August 2021 – Issue 29
The Ups and Downs of Sciatica
Sciatica is one of the toughest injuries that we see. It tends to end up becoming chronic, whether or not your sciatica starts from your low back or from your piriformis muscle being tight on the nerve, which will cause the sciatic symptoms down your leg. This is especially the case if it’s not taken care of pretty quickly. One of the things you want to do when you first start to feel it coming on is immediately go into your exercises. These are typically flexion-based or extension-based exercises, commonly referred to as McKenzie exercises.

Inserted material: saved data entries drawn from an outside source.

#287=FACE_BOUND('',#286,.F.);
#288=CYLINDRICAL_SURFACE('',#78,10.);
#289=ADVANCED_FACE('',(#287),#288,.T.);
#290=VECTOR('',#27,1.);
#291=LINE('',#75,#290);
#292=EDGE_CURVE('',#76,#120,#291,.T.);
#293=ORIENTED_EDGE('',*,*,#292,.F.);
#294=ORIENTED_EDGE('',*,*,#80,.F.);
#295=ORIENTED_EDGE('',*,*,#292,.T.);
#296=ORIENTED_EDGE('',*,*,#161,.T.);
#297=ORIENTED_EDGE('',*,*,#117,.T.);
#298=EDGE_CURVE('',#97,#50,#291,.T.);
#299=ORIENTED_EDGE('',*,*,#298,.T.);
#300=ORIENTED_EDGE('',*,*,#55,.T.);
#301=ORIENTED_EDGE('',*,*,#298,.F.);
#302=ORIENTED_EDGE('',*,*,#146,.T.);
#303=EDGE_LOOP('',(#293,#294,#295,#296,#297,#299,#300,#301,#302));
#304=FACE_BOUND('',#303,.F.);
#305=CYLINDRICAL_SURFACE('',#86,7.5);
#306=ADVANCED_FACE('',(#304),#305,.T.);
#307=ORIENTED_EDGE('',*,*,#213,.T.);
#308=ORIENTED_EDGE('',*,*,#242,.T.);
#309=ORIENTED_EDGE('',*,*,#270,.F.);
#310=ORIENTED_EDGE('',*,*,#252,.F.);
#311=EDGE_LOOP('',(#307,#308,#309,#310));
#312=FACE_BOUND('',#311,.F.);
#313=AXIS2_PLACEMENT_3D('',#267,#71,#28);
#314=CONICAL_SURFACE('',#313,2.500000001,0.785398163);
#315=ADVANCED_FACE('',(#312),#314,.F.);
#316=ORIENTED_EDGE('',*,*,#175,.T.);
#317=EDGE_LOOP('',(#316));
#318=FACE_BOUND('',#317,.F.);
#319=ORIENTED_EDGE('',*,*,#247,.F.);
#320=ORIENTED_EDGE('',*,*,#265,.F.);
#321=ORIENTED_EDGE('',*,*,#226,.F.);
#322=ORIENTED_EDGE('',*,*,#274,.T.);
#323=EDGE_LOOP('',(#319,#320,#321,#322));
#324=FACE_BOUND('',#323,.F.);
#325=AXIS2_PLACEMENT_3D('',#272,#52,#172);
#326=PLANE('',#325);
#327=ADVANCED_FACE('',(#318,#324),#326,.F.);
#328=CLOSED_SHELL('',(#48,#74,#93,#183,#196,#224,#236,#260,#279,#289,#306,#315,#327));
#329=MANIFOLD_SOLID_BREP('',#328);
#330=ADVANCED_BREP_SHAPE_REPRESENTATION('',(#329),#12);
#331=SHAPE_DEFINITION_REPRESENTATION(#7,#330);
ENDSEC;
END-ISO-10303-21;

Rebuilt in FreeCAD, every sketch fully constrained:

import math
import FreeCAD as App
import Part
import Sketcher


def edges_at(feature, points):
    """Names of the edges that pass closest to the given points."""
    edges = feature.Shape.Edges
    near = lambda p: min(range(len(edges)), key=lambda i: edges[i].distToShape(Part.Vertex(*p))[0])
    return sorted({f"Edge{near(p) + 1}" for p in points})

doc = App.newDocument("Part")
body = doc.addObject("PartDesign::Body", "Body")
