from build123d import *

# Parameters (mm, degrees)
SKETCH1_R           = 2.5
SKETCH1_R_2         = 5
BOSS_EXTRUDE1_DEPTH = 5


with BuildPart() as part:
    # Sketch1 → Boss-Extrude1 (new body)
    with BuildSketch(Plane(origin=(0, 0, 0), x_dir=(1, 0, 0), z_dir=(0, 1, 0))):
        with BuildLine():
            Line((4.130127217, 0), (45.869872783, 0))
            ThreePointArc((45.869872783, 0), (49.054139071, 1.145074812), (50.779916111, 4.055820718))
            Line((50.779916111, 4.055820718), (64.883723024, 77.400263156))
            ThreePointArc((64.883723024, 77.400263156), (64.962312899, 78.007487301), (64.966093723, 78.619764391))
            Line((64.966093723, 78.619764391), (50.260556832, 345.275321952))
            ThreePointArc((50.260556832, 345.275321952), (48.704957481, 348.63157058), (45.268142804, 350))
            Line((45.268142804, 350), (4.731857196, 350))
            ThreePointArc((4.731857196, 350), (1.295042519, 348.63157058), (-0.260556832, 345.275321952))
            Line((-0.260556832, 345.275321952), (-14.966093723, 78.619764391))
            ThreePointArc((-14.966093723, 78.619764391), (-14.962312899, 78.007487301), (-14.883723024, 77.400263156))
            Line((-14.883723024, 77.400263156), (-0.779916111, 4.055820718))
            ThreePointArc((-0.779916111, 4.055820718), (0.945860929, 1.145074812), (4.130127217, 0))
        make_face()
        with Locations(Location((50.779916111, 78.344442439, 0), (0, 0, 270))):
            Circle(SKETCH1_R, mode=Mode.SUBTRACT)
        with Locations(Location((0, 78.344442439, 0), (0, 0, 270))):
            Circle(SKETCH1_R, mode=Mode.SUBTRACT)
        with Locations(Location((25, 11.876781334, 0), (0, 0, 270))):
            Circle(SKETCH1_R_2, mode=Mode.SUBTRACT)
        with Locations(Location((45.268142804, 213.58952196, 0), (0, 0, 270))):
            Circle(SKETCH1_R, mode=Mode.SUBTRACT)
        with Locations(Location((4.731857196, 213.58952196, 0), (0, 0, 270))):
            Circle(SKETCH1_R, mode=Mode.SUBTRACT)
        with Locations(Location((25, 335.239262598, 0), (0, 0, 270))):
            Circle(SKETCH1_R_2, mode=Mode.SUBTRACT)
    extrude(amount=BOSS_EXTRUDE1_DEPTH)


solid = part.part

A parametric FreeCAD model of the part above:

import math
import FreeCAD as App
import Part
import Sketcher

V = App.Vector

doc = App.newDocument("Part")
body = doc.addObject("PartDesign::Body", "Body")

sketch1 = doc.addObject("Sketcher::SketchObject", "Sketch")
body.addObject(sketch1)
sketch1.AttachmentSupport = (doc.XZ_Plane, [""])
sketch1.MapMode = "FlatFace"
sketch1.addGeometry(Part.LineSegment(V(4.1, 0, 0), V(45.9, 0, 0)), False)
sketch1.addGeometry(Part.ArcOfCircle(Part.Circle(V(45.9, -5, 0), V(0, 0, 1), 5), math.radians(11), math.radians(90)), False)
sketch1.addGeometry(Part.LineSegment(V(50.8, -4.1, 0), V(64.9, -77.4, 0)), False)
sketch1.addGeometry(Part.ArcOfCircle(Part.Circle(V(60, -78.3, 0), V(0, 0, 1), 5), math.radians(-3.16), math.radians(10.88)), False)
sketch1.addGeometry(Part.LineSegment(V(65, -78.6, 0), V(50.3, -345.3, 0)), False)
sketch1.addGeometry(Part.ArcOfCircle(Part.Circle(V(45.3, -345, 0), V(0, 0, 1), 5), math.radians(-90), math.radians(-3)), False)
sketch1.addGeometry(Part.LineSegment(V(45.3, -350, 0), V(4.7, -350, 0)), False)
sketch1.addGeometry(Part.ArcOfCircle(Part.Circle(V(4.7, -345, 0), V(0, 0, 1), 5), math.radians(-177), math.radians(-90)), False)
sketch1.addGeometry(Part.LineSegment(V(-0.3, -345.3, 0), V(-15, -78.6, 0)), False)
sketch1.addGeometry(Part.ArcOfCircle(Part.Circle(V(-10, -78.3, 0), V(0, 0, 1), 5), math.radians(169.12), math.radians(183.16)), False)
sketch1.addGeometry(Part.LineSegment(V(-14.9, -77.4, 0), V(-0.8, -4.1, 0)), False)
sketch1.addGeometry(Part.ArcOfCircle(Part.Circle(V(4.1, -5, 0), V(0, 0, 1), 5), math.radians(90), math.radians(169)), False)
sketch1.addGeometry(Part.Circle(V(0, -78.3, 0), V(0, 0, 1), 2.5), False)
sketch1.addGeometry(Part.Circle(V(25, -11.9, 0), V(0, 0, 1), 5), False)
sketch1.addGeometry(Part.Circle(V(50.8, -78.3, 0), V(0, 0, 1), 2.5), False)
sketch1.addGeometry(Part.Circle(V(4.7, -213.6, 0), V(0, 0, 1), 2.5), False)
sketch1.addGeometry(Part.Circle(V(25, -335.2, 0), V(0, 0, 1), 5), False)
sketch1.addGeometry(Part.Circle(V(45.3, -213.6, 0), V(0, 0, 1), 2.5), False)
sketch1.addConstraint(Sketcher.Constraint("Tangent", 0, 2, 1, 2))
sketch1.addConstraint(Sketcher.Constraint("Tangent", 1, 1, 2, 1))
sketch1.addConstraint(Sketcher.Constraint("Tangent", 2, 2, 3, 2))
sketch1.addConstraint(Sketcher.Constraint("Tangent", 3, 1, 4, 1))
sketch1.addConstraint(Sketcher.Constraint("Tangent", 4, 2, 5, 2))
sketch1.addConstraint(Sketcher.Constraint("Tangent", 5, 1, 6, 1))
sketch1.addConstraint(Sketcher.Constraint("Tangent", 6, 2, 7, 2))
sketch1.addConstraint(Sketcher.Constraint("Tangent", 7, 1, 8, 1))
sketch1.addConstraint(Sketcher.Constraint("Tangent", 8, 2, 9, 2))
sketch1.addConstraint(Sketcher.Constraint("Tangent", 9, 1, 10, 1))
sketch1.addConstraint(Sketcher.Constraint("Tangent", 10, 2, 11, 2))
sketch1.addConstraint(Sketcher.Constraint("Tangent", 11, 1, 0, 1))
sketch1.addConstraint(Sketcher.Constraint("Horizontal", 0))
sketch1.addConstraint(Sketcher.Constraint("Horizontal", 6))
sketch1.addConstraint(Sketcher.Constraint("Equal", 1, 3))
sketch1.addConstraint(Sketcher.Constraint("Equal", 3, 5))
sketch1.addConstraint(Sketcher.Constraint("Equal", 5, 7))
sketch1.addConstraint(Sketcher.Constraint("Equal", 7, 9))
sketch1.addConstraint(Sketcher.Constraint("Equal", 9, 11))
sketch1.addConstraint(Sketcher.Constraint("Equal", 11, 13))
sketch1.addConstraint(Sketcher.Constraint("Equal", 12, 14))
sketch1.addConstraint(Sketcher.Constraint("Equal", 14, 15))
sketch1.addConstraint(Sketcher.Constraint("Equal", 13, 16))
sketch1.addConstraint(Sketcher.Constraint("Equal", 15, 17))
sketch1.addConstraint(Sketcher.Constraint("PointOnObject", 12, 3, -2))
sketch1.addConstraint(Sketcher.Constraint("PointOnObject", 0, 2, -1))
sketch1.addConstraint(Sketcher.Constraint("Horizontal", 3, 3, 9, 3))
sketch1.addConstraint(Sketcher.Constraint("Horizontal", 9, 3, 12, 3))
sketch1.addConstraint(Sketcher.Constraint("Horizontal", 12, 3, 14, 3))
sketch1.addConstraint(Sketcher.Constraint("Horizontal", 15, 3, 17, 3))
sketch1.addConstraint(Sketcher.Constraint("Horizontal", 4, 2, 7, 1))
sketch1.addConstraint(Sketcher.Constraint("Horizontal", 2, 2, 9, 1))
sketch1.addConstraint(Sketcher.Constraint("Vertical", 7, 3, 15, 3))
sketch1.addConstraint(Sketcher.Constraint("Vertical", 13, 3, 16, 3))
sketch1.addConstraint(Sketcher.Constraint("Vertical", 5, 3, 17, 3))
sketch1.addConstraint(Sketcher.Constraint("Vertical", 14, 3, 1, 1))
sketch1.addConstraint(Sketcher.Constraint("Diameter", 12, 5.0))
sketch1.addConstraint(Sketcher.Constraint("Diameter", 13, 10.0))
sketch1.addConstraint(Sketcher.Constraint("DistanceY", 5, 3, -1, 1, 345.0))
sketch1.addConstraint(Sketcher.Constraint("DistanceX", -1, 1, 13, 3, 25.0))
sketch1.addConstraint(Sketcher.Constraint("DistanceY", 3, 1, 2, 2, 1.219501))
sketch1.addConstraint(Sketcher.Constraint("DistanceX", 7, 3, 4, 2, 45.5287))
sketch1.addConstraint(Sketcher.Constraint("DistanceY", 4, 2, 17, 3, 131.6858))
sketch1.addConstraint(Sketcher.Constraint("Distance", 4, 267.060741))
sketch1.addConstraint(Sketcher.Constraint("DistanceX", 0, 1, 0, 2, 41.739746))
sketch1.addConstraint(Sketcher.Constraint("DistanceX", -1, 1, 3, 3, 59.97368))
sketch1.addConstraint(Sketcher.Constraint("DistanceY", 13, 3, -1, 1, 11.876781))
sketch1.addConstraint(Sketcher.Constraint("DistanceY", 16, 3, 15, 3, 121.649741))
pad1 = doc.addObject("PartDesign::Pad", "Pad")
body.addObject(pad1)
pad1.Profile = sketch1
pad1.Length = 5
pad1.Reversed = True

doc.recompute()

You want to get into these, stretching out your piriformis muscle so it doesn’t get tight. Even doing some foam rolling massaging into the low back is a big help. If your symptoms don’t resolve after doing a couple days of these exercises, then it’s a good idea to get in with your physical therapist. This will give you in-depth, personalized manual therapy through your low back and hip. You’d also receive massage through the muscles, so that things don’t progress further. If it’s not addressed early and it progresses, that’s when it gets bad and becomes a greater issue. If you attack it quickly, it tends to relax faster and then you don’t have the issues.
Some of the other big things to really work on with sciatica are good core strengthening and a stretching program. This isn’t something you have to do every single day, but a couple times a week. This activates your core muscles and stretches out your hip and low back, so that you can stay on top of it. With any type of exercise, the more you do it, the better it becomes and you don’t end up having big flare ups!